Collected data
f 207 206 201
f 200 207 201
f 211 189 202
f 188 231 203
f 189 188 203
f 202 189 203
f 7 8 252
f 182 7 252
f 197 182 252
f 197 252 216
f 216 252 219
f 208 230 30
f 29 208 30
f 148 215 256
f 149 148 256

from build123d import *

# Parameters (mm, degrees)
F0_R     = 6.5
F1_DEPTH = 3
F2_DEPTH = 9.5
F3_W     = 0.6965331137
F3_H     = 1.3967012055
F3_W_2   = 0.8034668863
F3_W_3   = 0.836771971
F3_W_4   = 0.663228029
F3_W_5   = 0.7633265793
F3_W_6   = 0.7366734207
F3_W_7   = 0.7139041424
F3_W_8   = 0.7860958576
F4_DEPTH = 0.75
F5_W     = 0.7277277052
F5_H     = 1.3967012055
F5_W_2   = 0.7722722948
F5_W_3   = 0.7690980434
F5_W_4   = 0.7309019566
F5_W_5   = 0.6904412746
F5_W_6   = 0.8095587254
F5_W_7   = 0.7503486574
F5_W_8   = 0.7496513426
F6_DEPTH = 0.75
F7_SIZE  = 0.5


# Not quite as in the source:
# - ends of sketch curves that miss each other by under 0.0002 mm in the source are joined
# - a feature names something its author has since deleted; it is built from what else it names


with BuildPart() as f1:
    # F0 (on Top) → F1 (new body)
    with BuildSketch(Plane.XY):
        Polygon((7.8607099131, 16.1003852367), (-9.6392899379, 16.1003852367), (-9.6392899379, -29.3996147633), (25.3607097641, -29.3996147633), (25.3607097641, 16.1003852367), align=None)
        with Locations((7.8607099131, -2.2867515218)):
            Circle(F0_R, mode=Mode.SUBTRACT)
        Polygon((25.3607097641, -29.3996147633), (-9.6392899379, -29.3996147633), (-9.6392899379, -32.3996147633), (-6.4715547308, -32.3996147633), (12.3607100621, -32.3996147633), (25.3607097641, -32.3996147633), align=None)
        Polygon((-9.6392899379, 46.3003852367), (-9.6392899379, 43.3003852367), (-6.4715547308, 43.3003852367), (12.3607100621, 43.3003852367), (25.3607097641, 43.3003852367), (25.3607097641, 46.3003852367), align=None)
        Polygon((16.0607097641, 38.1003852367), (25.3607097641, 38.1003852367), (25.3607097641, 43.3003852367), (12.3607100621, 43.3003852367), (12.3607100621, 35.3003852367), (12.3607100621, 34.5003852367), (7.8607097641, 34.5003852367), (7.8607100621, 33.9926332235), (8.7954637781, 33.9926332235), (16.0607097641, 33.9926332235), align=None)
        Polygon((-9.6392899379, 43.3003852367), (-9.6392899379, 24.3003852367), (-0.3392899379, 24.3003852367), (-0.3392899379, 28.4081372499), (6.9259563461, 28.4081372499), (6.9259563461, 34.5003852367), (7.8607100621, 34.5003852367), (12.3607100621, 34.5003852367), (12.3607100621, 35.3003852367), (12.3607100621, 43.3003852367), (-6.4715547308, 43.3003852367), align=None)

■ Task instructions ■
Your task is to repeat the data exactly, with nothing left out.

■ Task answer ■
f 207 206 201
f 200 207 201
f 211 189 202
f 188 231 203
f 189 188 203
f 202 189 203
f 7 8 252
f 182 7 252
f 197 182 252
f 197 252 216
f 216 252 219
f 208 230 30
f 29 208 30
f 148 215 256
f 149 148 256

from build123d import *

# Parameters (mm, degrees)
F0_R     = 6.5
F1_DEPTH = 3
F2_DEPTH = 9.5
F3_W     = 0.6965331137
F3_H     = 1.3967012055
F3_W_2   = 0.8034668863
F3_W_3   = 0.836771971
F3_W_4   = 0.663228029
F3_W_5   = 0.7633265793
F3_W_6   = 0.7366734207
F3_W_7   = 0.7139041424
F3_W_8   = 0.7860958576
F4_DEPTH = 0.75
F5_W     = 0.7277277052
F5_H     = 1.3967012055
F5_W_2   = 0.7722722948
F5_W_3   = 0.7690980434
F5_W_4   = 0.7309019566
F5_W_5   = 0.6904412746
F5_W_6   = 0.8095587254
F5_W_7   = 0.7503486574
F5_W_8   = 0.7496513426
F6_DEPTH = 0.75
F7_SIZE  = 0.5


# Not quite as in the source:
# - ends of sketch curves that miss each other by under 0.0002 mm in the source are joined
# - a feature names something its author has since deleted; it is built from what else it names


with BuildPart() as f1:
    # F0 (on Top) → F1 (new body)
    with BuildSketch(Plane.XY):
        Polygon((7.8607099131, 16.1003852367), (-9.6392899379, 16.1003852367), (-9.6392899379, -29.3996147633), (25.3607097641, -29.3996147633), (25.3607097641, 16.1003852367), align=None)
        with Locations((7.8607099131, -2.2867515218)):
            Circle(F0_R, mode=Mode.SUBTRACT)
        Polygon((25.3607097641, -29.3996147633), (-9.6392899379, -29.3996147633), (-9.6392899379, -32.3996147633), (-6.4715547308, -32.3996147633), (12.3607100621, -32.3996147633), (25.3607097641, -32.3996147633), align=None)
        Polygon((-9.6392899379, 46.3003852367), (-9.6392899379, 43.3003852367), (-6.4715547308, 43.3003852367), (12.3607100621, 43.3003852367), (25.3607097641, 43.3003852367), (25.3607097641, 46.3003852367), align=None)
        Polygon((16.0607097641, 38.1003852367), (25.3607097641, 38.1003852367), (25.3607097641, 43.3003852367), (12.3607100621, 43.3003852367), (12.3607100621, 35.3003852367), (12.3607100621, 34.5003852367), (7.8607097641, 34.5003852367), (7.8607100621, 33.9926332235), (8.7954637781, 33.9926332235), (16.0607097641, 33.9926332235), align=None)
        Polygon((-9.6392899379, 43.3003852367), (-9.6392899379, 24.3003852367), (-0.3392899379, 24.3003852367), (-0.3392899379, 28.4081372499), (6.9259563461, 28.4081372499), (6.9259563461, 34.5003852367), (7.8607100621, 34.5003852367), (12.3607100621, 34.5003852367), (12.3607100621, 35.3003852367), (12.3607100621, 43.3003852367), (-6.4715547308, 43.3003852367), align=None)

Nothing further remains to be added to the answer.